In this CPU-bound scenario, the overhead of coordinating 12 processes accessing a single large shared memory object, combined with GIL contention, makes the `pickle` strategy of "divide and conquer" more effective. This is a classic example of Amdahl's Law: we successfully eliminated the data transfer bottleneck, only to reveal that the next bottleneck is the GIL itself.
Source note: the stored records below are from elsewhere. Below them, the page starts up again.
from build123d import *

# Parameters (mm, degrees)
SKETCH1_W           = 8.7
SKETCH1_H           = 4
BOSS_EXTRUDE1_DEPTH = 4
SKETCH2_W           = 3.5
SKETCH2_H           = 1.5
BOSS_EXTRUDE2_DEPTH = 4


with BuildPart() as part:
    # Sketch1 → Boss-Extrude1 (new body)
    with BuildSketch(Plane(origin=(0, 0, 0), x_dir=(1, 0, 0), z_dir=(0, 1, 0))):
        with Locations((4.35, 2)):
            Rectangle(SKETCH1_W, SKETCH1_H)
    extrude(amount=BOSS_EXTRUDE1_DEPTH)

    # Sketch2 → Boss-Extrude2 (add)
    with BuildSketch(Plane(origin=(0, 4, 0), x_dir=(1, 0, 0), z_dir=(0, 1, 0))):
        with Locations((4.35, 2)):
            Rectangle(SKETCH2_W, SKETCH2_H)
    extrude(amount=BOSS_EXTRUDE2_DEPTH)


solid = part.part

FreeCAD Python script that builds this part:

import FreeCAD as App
import Part
import Sketcher
Q = App.Units.Quantity


def add_polygon(sketch, points):
    """Adds a closed chain of lines whose ends are joined by coincident constraints."""
    first, n = sketch.GeometryCount, len(points)
    for a, b in zip(points, points[1:] + points[:1]):
        sketch.addGeometry(Part.LineSegment(App.Vector(*a, 0), App.Vector(*b, 0)), False)
    for i in range(n):
        sketch.addConstraint(Sketcher.Constraint("Coincident", first + i, 2, first + (i + 1) % n, 1))

doc = App.newDocument("Part")
body = doc.addObject("PartDesign::Body", "Body")

# Sketch on XZ plane
sketch1 = body.newObject("Sketcher::SketchObject", "Sketch")
sketch1.AttachmentSupport = (doc.getObject("XZ_Plane"), [""])
sketch1.MapMode = "FlatFace"
add_polygon(sketch1, [(0, -4), (0, 0), (8.7, 0), (8.7, -4)])  # lines 0-3
sketch1.addConstraint([
    Sketcher.Constraint("Vertical", 0),
    Sketcher.Constraint("Horizontal", 1),
    Sketcher.Constraint("Vertical", 2),
    Sketcher.Constraint("Horizontal", 3),
    Sketcher.Constraint("Coincident", 0, 2, -1, 1),
    Sketcher.Constraint("DistanceY", 0, 1, 0, 2, Q("4 mm")),
    Sketcher.Constraint("DistanceX", 1, 1, 1, 2, Q("8.7 mm")),
])
pad1 = body.newObject("PartDesign::Pad", "Pad")
pad1.Profile = sketch1
pad1.Length = 4
pad1.Reversed = True

# Sketch on XZ plane
sketch2 = body.newObject("Sketcher::SketchObject", "Sketch001")
sketch2.AttachmentSupport = (doc.getObject("XZ_Plane"), [""])
sketch2.MapMode = "FlatFace"
sketch2.AttachmentOffset = App.Placement(App.Vector(0, 0, -4), App.Rotation())
add_polygon(sketch2, [(2.6, -2.8), (2.6, -1.2), (6.1, -1.2), (6.1, -2.8)])  # lines 0-3
sketch2.addConstraint([
    Sketcher.Constraint("Vertical", 0),
    Sketcher.Constraint("Horizontal", 1),
    Sketcher.Constraint("Vertical", 2),
    Sketcher.Constraint("Horizontal", 3),
    Sketcher.Constraint("DistanceX", 1, 1, 1, 2, Q("3.5 mm")),
    Sketcher.Constraint("DistanceY", 0, 1, 0, 2, Q("1.5 mm")),
    Sketcher.Constraint("DistanceX", -1, 1, 0, 2, Q("2.6 mm")),
    Sketcher.Constraint("DistanceY", 0, 2, -1, 1, Q("1.25 mm")),
])
pad2 = body.newObject("PartDesign::Pad", "Pad001")
pad2.Profile = sketch2
pad2.Length = 4
pad2.Reversed = True

doc.recompute()
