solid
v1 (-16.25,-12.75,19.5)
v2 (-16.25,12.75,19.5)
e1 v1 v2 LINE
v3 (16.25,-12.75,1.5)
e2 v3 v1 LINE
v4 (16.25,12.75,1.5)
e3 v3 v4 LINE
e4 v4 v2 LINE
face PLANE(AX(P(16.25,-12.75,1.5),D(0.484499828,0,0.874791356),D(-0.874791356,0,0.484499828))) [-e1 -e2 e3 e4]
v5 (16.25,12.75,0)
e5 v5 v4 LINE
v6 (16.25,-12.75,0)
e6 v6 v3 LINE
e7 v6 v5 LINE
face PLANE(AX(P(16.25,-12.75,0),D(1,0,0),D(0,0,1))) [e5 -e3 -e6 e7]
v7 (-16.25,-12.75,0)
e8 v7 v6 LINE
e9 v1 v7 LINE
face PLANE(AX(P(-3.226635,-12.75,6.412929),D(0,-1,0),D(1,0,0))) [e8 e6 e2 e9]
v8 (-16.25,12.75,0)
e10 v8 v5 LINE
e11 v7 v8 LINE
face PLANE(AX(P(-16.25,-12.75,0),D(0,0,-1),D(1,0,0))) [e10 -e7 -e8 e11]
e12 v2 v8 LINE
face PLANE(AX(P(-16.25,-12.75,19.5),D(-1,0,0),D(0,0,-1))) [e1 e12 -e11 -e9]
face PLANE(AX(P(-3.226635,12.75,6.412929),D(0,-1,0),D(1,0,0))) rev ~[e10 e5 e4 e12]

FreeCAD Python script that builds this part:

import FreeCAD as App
import Part
import Sketcher

V = App.Vector


def add_polygon(sketch, points):
    """Adds a closed chain of lines whose ends are joined by coincident constraints."""
    first, n = sketch.GeometryCount, len(points)
    for a, b in zip(points, points[1:] + points[:1]):
        sketch.addGeometry(Part.LineSegment(App.Vector(*a, 0), App.Vector(*b, 0)), False)
    for i in range(n):
        sketch.addConstraint(Sketcher.Constraint("Coincident", first + i, 2, first + (i + 1) % n, 1))

doc = App.newDocument("Part")
params = doc.addObject("Spreadsheet::Sheet", "Params")
for row, (alias, value) in enumerate([
    ("sketch1_width", "32.5 mm"),
    ("sketch1_height", "1.5 mm"),
    ("sketch1_height2", "19.5 mm"),
    ("pad1_length", "25.5 mm"),
], start=1):
    params.set(f"A{row}", alias)
    params.set(f"B{row}", "=" + value)
    params.setAlias(f"B{row}", alias)

body = doc.addObject("PartDesign::Body", "Body")

sketch1 = body.newObject("Sketcher::SketchObject", "Sketch")
sketch1.AttachmentSupport = (doc.getObject("XZ_Plane"), [""])
sketch1.MapMode = "FlatFace"
sketch1.AttachmentOffset = App.Placement(V(0, 0, 12.75), App.Rotation())
add_polygon(sketch1, [(-16.2, 0), (16.2, 0), (16.2, 1.5), (-16.2, 19.5)])
sketch1.addConstraint(Sketcher.Constraint("Horizontal", 0))
sketch1.addConstraint(Sketcher.Constraint("Vertical", 1))
sketch1.addConstraint(Sketcher.Constraint("Vertical", 3))
sketch1.addConstraint(Sketcher.Constraint("Symmetric", 0, 2, 3, 2, -1, 1))
sketch1.addConstraint(Sketcher.Constraint("DistanceX", 0, 1, 0, 2, 32.5))
sketch1.addConstraint(Sketcher.Constraint("DistanceY", 1, 1, 1, 2, 1.5))
sketch1.addConstraint(Sketcher.Constraint("DistanceY", 3, 2, 3, 1, 19.5))
sketch1.setExpression("Constraints[8]", "Params.sketch1_width")
sketch1.setExpression("Constraints[9]", "Params.sketch1_height")
sketch1.setExpression("Constraints[10]", "Params.sketch1_height2")
pad1 = body.newObject("PartDesign::Pad", "Pad")
pad1.Profile = sketch1
pad1.setExpression("Length", "Params.pad1_length")
pad1.Reversed = True

doc.recompute()
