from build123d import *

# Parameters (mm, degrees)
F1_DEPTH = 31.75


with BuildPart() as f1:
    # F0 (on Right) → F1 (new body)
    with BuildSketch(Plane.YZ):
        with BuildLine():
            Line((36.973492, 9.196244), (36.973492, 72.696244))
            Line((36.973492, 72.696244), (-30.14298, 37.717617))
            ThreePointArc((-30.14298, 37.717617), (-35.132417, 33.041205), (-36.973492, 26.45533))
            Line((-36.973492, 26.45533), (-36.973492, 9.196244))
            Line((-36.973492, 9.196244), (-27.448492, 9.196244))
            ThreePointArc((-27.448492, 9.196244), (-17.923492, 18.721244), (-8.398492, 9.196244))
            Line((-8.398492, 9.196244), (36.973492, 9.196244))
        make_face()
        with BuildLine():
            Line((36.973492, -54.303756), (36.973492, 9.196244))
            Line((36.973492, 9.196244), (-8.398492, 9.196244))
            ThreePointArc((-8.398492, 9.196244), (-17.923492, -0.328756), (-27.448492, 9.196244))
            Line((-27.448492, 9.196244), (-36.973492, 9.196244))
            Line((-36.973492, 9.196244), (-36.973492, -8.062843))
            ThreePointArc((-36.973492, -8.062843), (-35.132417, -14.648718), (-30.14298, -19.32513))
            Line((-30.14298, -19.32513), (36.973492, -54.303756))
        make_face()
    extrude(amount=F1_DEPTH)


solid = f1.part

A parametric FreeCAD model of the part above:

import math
import FreeCAD as App
import Part
import Sketcher

V = App.Vector
Q = App.Units.Quantity

doc = App.newDocument("Part")
body = doc.addObject("PartDesign::Body", "Body")

sketch1 = body.newObject("Sketcher::SketchObject", "Sketch")
sketch1.AttachmentSupport = (doc.getObject("YZ_Plane"), [""])
sketch1.MapMode = "FlatFace"
sketch1.addGeometry([
    Part.LineSegment(V(37, 73, 0), V(-30, 38, 0)),
    Part.ArcOfCircle(Part.Circle(V(-24, 26, 0), V(0, 0, 1), 13), math.radians(118), math.radians(180)),
    Part.LineSegment(V(-37, 26, 0), V(-37, -8, 0)),
    Part.ArcOfCircle(Part.Circle(V(-24, -8, 0), V(0, 0, 1), 13), math.radians(180), math.radians(242)),
    Part.LineSegment(V(-30, -19, 0), V(37, -54, 0)),
    Part.LineSegment(V(37, -54, 0), V(37, 73, 0)),
    Part.Circle(V(-18, 9, 0), V(0, 0, 1), 10),
], False)
sketch1.addConstraint([
    Sketcher.Constraint("Tangent", 0, 2, 1, 1),
    Sketcher.Constraint("Tangent", 1, 2, 2, 1),
    Sketcher.Constraint("Tangent", 2, 2, 3, 1),
    Sketcher.Constraint("Tangent", 3, 2, 4, 1),
    Sketcher.Constraint("Coincident", 4, 2, 5, 1),
    Sketcher.Constraint("Coincident", 5, 2, 0, 1),
    Sketcher.Constraint("Vertical", 2),
    Sketcher.Constraint("Vertical", 5),
    Sketcher.Constraint("Equal", 1, 3),
    Sketcher.Constraint("Vertical", 0, 2, 3, 2),
    Sketcher.Constraint("Radius", 1, Q("0.5 in")),
    Sketcher.Constraint("Diameter", 6, Q("0.75 in")),
    Sketcher.Constraint("DistanceY", 5, 1, 5, 2, Q("5 in")),
    Sketcher.Constraint("DistanceY", 4, 2, 6, 3, Q("2.5 in")),
    Sketcher.Constraint("DistanceX", 1, 3, 6, 3, Q("0.25 in")),
    Sketcher.Constraint("Distance", 0, Q("2.9796999 in")),
    Sketcher.Constraint("DistanceY", 2, 2, 2, 1, Q("34.518173 mm")),
    Sketcher.Constraint("DistanceY", -1, 1, 1, 3, Q("26.45533 mm")),
    Sketcher.Constraint("DistanceX", 6, 3, -1, 1, Q("17.923492 mm")),
])
pad1 = body.newObject("PartDesign::Pad", "Pad")
pad1.Profile = sketch1
pad1.Length = Q("1.25 in")

doc.recompute()
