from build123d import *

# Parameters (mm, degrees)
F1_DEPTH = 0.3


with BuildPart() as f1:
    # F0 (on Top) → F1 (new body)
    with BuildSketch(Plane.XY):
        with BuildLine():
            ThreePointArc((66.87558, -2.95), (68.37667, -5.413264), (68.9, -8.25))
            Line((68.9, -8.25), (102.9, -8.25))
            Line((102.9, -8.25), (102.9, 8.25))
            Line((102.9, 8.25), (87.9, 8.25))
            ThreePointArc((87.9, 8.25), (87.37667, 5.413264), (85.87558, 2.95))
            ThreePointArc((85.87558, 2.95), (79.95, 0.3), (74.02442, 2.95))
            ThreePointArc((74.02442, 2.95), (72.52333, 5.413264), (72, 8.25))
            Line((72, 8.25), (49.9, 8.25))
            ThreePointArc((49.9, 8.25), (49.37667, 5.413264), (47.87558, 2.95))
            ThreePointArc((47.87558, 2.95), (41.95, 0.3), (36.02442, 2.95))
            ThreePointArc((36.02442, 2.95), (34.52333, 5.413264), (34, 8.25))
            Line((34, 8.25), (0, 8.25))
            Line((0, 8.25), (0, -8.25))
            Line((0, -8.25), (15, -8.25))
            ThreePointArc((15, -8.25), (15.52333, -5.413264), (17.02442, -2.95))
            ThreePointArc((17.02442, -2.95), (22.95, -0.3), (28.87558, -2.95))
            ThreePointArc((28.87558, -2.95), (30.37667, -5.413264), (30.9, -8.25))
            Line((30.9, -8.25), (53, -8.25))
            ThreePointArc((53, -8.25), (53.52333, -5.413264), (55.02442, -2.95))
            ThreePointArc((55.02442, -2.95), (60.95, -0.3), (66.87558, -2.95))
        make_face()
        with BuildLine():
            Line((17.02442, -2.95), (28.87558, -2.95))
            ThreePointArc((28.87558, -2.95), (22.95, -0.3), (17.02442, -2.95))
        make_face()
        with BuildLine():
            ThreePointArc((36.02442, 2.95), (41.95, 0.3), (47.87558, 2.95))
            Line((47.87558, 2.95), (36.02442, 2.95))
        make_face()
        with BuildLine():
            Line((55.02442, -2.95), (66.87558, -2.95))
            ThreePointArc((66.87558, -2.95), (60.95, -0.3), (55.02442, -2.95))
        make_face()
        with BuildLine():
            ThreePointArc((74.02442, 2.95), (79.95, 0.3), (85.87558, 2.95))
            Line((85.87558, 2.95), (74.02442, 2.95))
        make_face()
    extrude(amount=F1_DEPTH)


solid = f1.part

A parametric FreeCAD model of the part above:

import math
import FreeCAD as App
import Part
import Sketcher
from FreeCAD import Vector
Q = App.Units.Quantity

doc = App.newDocument("Part")
body = doc.addObject("PartDesign::Body", "Body")

# Sketch on XY plane
sketch1 = doc.addObject("Sketcher::SketchObject", "Sketch")
body.addObject(sketch1)
sketch1.AttachmentSupport = (doc.XY_Plane, [""])
sketch1.MapMode = "FlatFace"
sketch1.addGeometry([
    Part.ArcOfCircle(Part.Circle(Vector(61, -8, 0), Vector(0, 0, 1), 8), math.radians(0), math.radians(42)),  # 0
    Part.LineSegment(Vector(69, -8, 0), Vector(103, -8, 0)),  # 1
    Part.LineSegment(Vector(103, -8, 0), Vector(103, 8, 0)),  # 2
    Part.LineSegment(Vector(103, 8, 0), Vector(88, 8, 0)),  # 3
    Part.ArcOfCircle(Part.Circle(Vector(80, 8, 0), Vector(0, 0, 1), 8), math.radians(-42), math.radians(0)),  # 4
    Part.LineSegment(Vector(86, 3, 0), Vector(74, 3, 0)),  # 5
    Part.ArcOfCircle(Part.Circle(Vector(80, 8, 0), Vector(0, 0, 1), 8), math.radians(-180), math.radians(-138)),  # 6
    Part.LineSegment(Vector(72, 8, 0), Vector(50, 8, 0)),  # 7
    Part.ArcOfCircle(Part.Circle(Vector(42, 8, 0), Vector(0, 0, 1), 8), math.radians(-42), math.radians(0)),  # 8
    Part.LineSegment(Vector(48, 3, 0), Vector(36, 3, 0)),  # 9
    Part.ArcOfCircle(Part.Circle(Vector(42, 8, 0), Vector(0, 0, 1), 8), math.radians(-180), math.radians(-138)),  # 10
    Part.LineSegment(Vector(34, 8, 0), Vector(0, 8, 0)),  # 11
    Part.LineSegment(Vector(0, 8, 0), Vector(0, -8, 0)),  # 12
    Part.LineSegment(Vector(0, -8, 0), Vector(15, -8, 0)),  # 13
    Part.ArcOfCircle(Part.Circle(Vector(23, -8, 0), Vector(0, 0, 1), 8), math.radians(138), math.radians(180)),  # 14
    Part.LineSegment(Vector(17, -3, 0), Vector(29, -3, 0)),  # 15
    Part.ArcOfCircle(Part.Circle(Vector(23, -8, 0), Vector(0, 0, 1), 8), math.radians(0), math.radians(42)),  # 16
    Part.LineSegment(Vector(31, -8, 0), Vector(53, -8, 0)),  # 17
    Part.ArcOfCircle(Part.Circle(Vector(61, -8, 0), Vector(0, 0, 1), 8), math.radians(138), math.radians(180)),  # 18
    Part.LineSegment(Vector(55, -3, 0), Vector(67, -3, 0)),  # 19
], False)
sketch1.addConstraint([
    Sketcher.Constraint("Coincident", 0, 1, 1, 1),
    Sketcher.Constraint("Coincident", 1, 2, 2, 1),
    Sketcher.Constraint("Coincident", 2, 2, 3, 1),
    Sketcher.Constraint("Coincident", 3, 2, 4, 2),
    Sketcher.Constraint("Coincident", 4, 1, 5, 1),
    Sketcher.Constraint("Coincident", 5, 2, 6, 2),
    Sketcher.Constraint("Coincident", 6, 1, 7, 1),
    Sketcher.Constraint("Coincident", 7, 2, 8, 2),
    Sketcher.Constraint("Coincident", 8, 1, 9, 1),
    Sketcher.Constraint("Coincident", 9, 2, 10, 2),
    Sketcher.Constraint("Coincident", 10, 1, 11, 1),
    Sketcher.Constraint("Coincident", 11, 2, 12, 1),
    Sketcher.Constraint("Coincident", 12, 2, 13, 1),
    Sketcher.Constraint("Coincident", 13, 2, 14, 2),
    Sketcher.Constraint("Coincident", 14, 1, 15, 1),
    Sketcher.Constraint("Coincident", 15, 2, 16, 2),
    Sketcher.Constraint("Coincident", 16, 1, 17, 1),
    Sketcher.Constraint("Coincident", 17, 2, 18, 2),
    Sketcher.Constraint("Coincident", 18, 1, 19, 1),
    Sketcher.Constraint("Coincident", 19, 2, 0, 2),
    Sketcher.Constraint("Horizontal", 1),
    Sketcher.Constraint("Vertical", 2),
    Sketcher.Constraint("Horizontal", 3),
    Sketcher.Constraint("Horizontal", 5),
    Sketcher.Constraint("Horizontal", 7),
    Sketcher.Constraint("Horizontal", 9),
    Sketcher.Constraint("Horizontal", 11),
    Sketcher.Constraint("Vertical", 12),
    Sketcher.Constraint("Horizontal", 13),
    Sketcher.Constraint("Horizontal", 15),
    Sketcher.Constraint("Horizontal", 17),
    Sketcher.Constraint("Horizontal", 19),
    Sketcher.Constraint("Coincident", 6, 3, 4, 3),
    Sketcher.Constraint("Coincident", 10, 3, 8, 3),
    Sketcher.Constraint("Coincident", 16, 3, 14, 3),
    Sketcher.Constraint("Coincident", 18, 3, 0, 3),
    Sketcher.Constraint("Equal", 0, 4),
    Sketcher.Constraint("Equal", 4, 6),
    Sketcher.Constraint("Equal", 6, 8),
    Sketcher.Constraint("Equal", 8, 10),
    Sketcher.Constraint("Equal", 10, 14),
    Sketcher.Constraint("Equal", 14, 16),
    Sketcher.Constraint("Equal", 16, 18),
    Sketcher.Constraint("Symmetric", 11, 2, 12, 2, -1, 1),
    Sketcher.Constraint("Horizontal", 6, 3, 8, 3),
    Sketcher.Constraint("Horizontal", 0, 3, 14, 3),
    Sketcher.Constraint("Horizontal", 18, 3, 0, 1),
    Sketcher.Constraint("Horizontal", 10, 3, 2, 2),
    Sketcher.Constraint("Horizontal", 3, 2, 6, 1),
    Sketcher.Constraint("Horizontal", 5, 2, 8, 1),
    Sketcher.Constraint("Horizontal", 7, 2, 10, 1),
    Sketcher.Constraint("Horizontal", 1, 2, 12, 2),
    Sketcher.Constraint("Horizontal", 13, 2, 16, 1),
    Sketcher.Constraint("Horizontal", 15, 2, 18, 1),
    Sketcher.Constraint("Equal", 1, 11),
    Sketcher.Constraint("Equal", 3, 13),
    Sketcher.Constraint("Equal", 9, 15),
    Sketcher.Constraint("DistanceX", 1, 1, 1, 2, Q("34 mm")),
    Sketcher.Constraint("DistanceX", 3, 2, 3, 1, Q("15 mm")),
    Sketcher.Constraint("Radius", 0, Q("7.950001 mm")),
    Sketcher.Constraint("DistanceX", 7, 2, 7, 1, Q("22.1 mm")),
    Sketcher.Constraint("DistanceY", 2, 1, 2, 2, Q("16.5 mm")),
    Sketcher.Constraint("DistanceY", 4, 1, 3, 2, Q("5.3 mm")),
])
pad1 = doc.addObject("PartDesign::Pad", "Pad")
body.addObject(pad1)
pad1.Profile = sketch1
pad1.Length = 0.3

doc.recompute()
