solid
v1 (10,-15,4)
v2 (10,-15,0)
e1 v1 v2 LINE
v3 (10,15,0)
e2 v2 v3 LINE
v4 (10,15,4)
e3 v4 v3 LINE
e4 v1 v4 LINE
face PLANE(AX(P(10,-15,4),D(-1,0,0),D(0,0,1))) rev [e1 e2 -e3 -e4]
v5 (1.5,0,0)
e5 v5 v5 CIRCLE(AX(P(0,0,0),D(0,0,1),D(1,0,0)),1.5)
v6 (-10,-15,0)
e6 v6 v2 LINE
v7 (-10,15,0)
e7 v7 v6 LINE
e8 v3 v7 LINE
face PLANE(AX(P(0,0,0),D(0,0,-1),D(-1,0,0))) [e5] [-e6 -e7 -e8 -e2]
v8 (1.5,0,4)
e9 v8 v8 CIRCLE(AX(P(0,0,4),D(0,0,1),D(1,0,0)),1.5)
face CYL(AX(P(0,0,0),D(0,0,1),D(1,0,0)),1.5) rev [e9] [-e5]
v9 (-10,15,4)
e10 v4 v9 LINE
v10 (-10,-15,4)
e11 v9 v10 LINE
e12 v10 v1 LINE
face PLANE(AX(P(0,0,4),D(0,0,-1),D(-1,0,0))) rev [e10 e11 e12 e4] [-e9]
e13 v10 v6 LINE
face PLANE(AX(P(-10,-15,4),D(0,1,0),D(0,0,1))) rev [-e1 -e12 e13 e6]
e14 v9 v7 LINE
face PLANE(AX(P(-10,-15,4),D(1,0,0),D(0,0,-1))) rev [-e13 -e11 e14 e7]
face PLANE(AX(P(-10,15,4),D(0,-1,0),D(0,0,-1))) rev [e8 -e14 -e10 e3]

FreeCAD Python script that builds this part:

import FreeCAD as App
import Part
import Sketcher

V = App.Vector
Q = App.Units.Quantity

doc = App.newDocument("Part")
body = doc.addObject("PartDesign::Body", "Body")

sketch1 = doc.addObject("Sketcher::SketchObject", "Sketch")
body.addObject(sketch1)
sketch1.AttachmentSupport = (doc.XY_Plane, [""])
sketch1.MapMode = "FlatFace"
sketch1.addGeometry([
    Part.LineSegment(V(-10, 15, 0), V(-10, -15, 0)),
    Part.LineSegment(V(-10, -15, 0), V(10, -15, 0)),
    Part.LineSegment(V(10, -15, 0), V(10, 15, 0)),
    Part.LineSegment(V(10, 15, 0), V(-10, 15, 0)),
], False)
sketch1.addConstraint([
    Sketcher.Constraint("Coincident", 0, 2, 1, 1),
    Sketcher.Constraint("Coincident", 1, 2, 2, 1),
    Sketcher.Constraint("Coincident", 2, 2, 3, 1),
    Sketcher.Constraint("Coincident", 3, 2, 0, 1),
    Sketcher.Constraint("Vertical", 0),
    Sketcher.Constraint("Horizontal", 1),
    Sketcher.Constraint("Vertical", 2),
    Sketcher.Constraint("Horizontal", 3),
    Sketcher.Constraint("Symmetric", 0, 2, 2, 2, -1, 1),
    Sketcher.Constraint("DistanceX", 1, 1, 1, 2, Q("20 mm")),
    Sketcher.Constraint("DistanceY", 0, 2, 0, 1, Q("30 mm")),
])
pad1 = doc.addObject("PartDesign::Pad", "Pad")
body.addObject(pad1)
pad1.Profile = sketch1
pad1.Length = 4

sketch2 = doc.addObject("Sketcher::SketchObject", "Sketch001")
body.addObject(sketch2)
sketch2.AttachmentSupport = (doc.XY_Plane, [""])
sketch2.MapMode = "FlatFace"
sketch2.AttachmentOffset = App.Placement(V(0, 0, 4), App.Rotation())
sketch2.addGeometry(Part.Circle(V(0, 0, 0), V(0, 0, 1), 1.5), False)
sketch2.addConstraint([
    Sketcher.Constraint("Coincident", 0, 3, -1, 1),
    Sketcher.Constraint("Diameter", 0, Q("3 mm")),
])
pocket1 = doc.addObject("PartDesign::Pocket", "Pocket")
body.addObject(pocket1)
pocket1.Profile = sketch2
pocket1.Type = "ThroughAll"

doc.recompute()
**Where ArrowShelf truly shines is in I/O-bound or interactive workflows where the one-time `put` cost is amortized over many operations.** For example, in a Jupyter notebook where a data scientist loads a large dataset once and then runs dozens of different parallel analyses on it, ArrowShelf's "pay-once" model provides a massive productivity boost that `pickle` cannot match.

---

## 📖 API Reference

| Function                    | Description                                                           |
|-----------------------------|-----------------------------------------------------------------------|
| `arrowshelf.put(df)`        | 📥 Stores a Pandas DataFrame on the shelf, returns a key.            |
| `arrowshelf.get(key)`       | 📤 Retrieves a copy as a Pandas DataFrame (for convenience).         |
| `arrowshelf.get_arrow(key)` | 🚀 Retrieves a zero-copy reference as a PyArrow Table (for high-performance). |
| `arrowshelf.delete(key)`    | 🗑️ Removes an object from the shelf.                                |
| `arrowshelf.list_keys()`    | 📋 Returns a list of all keys on the shelf.                         |

---

## 🔮 Future Roadmap

- **In-Server Querying (V3.0):** Run SQL queries directly on the in-memory data via DataFusion.
- **Enhanced Data Types:** Native support for NumPy arrays, Polars DataFrames, and more.

---

## 🤝 Contributing

Contributions are welcome! Please open an issue or submit a pull request on our GitHub repository.

---

## 📄 License

This project is licensed under the MIT License.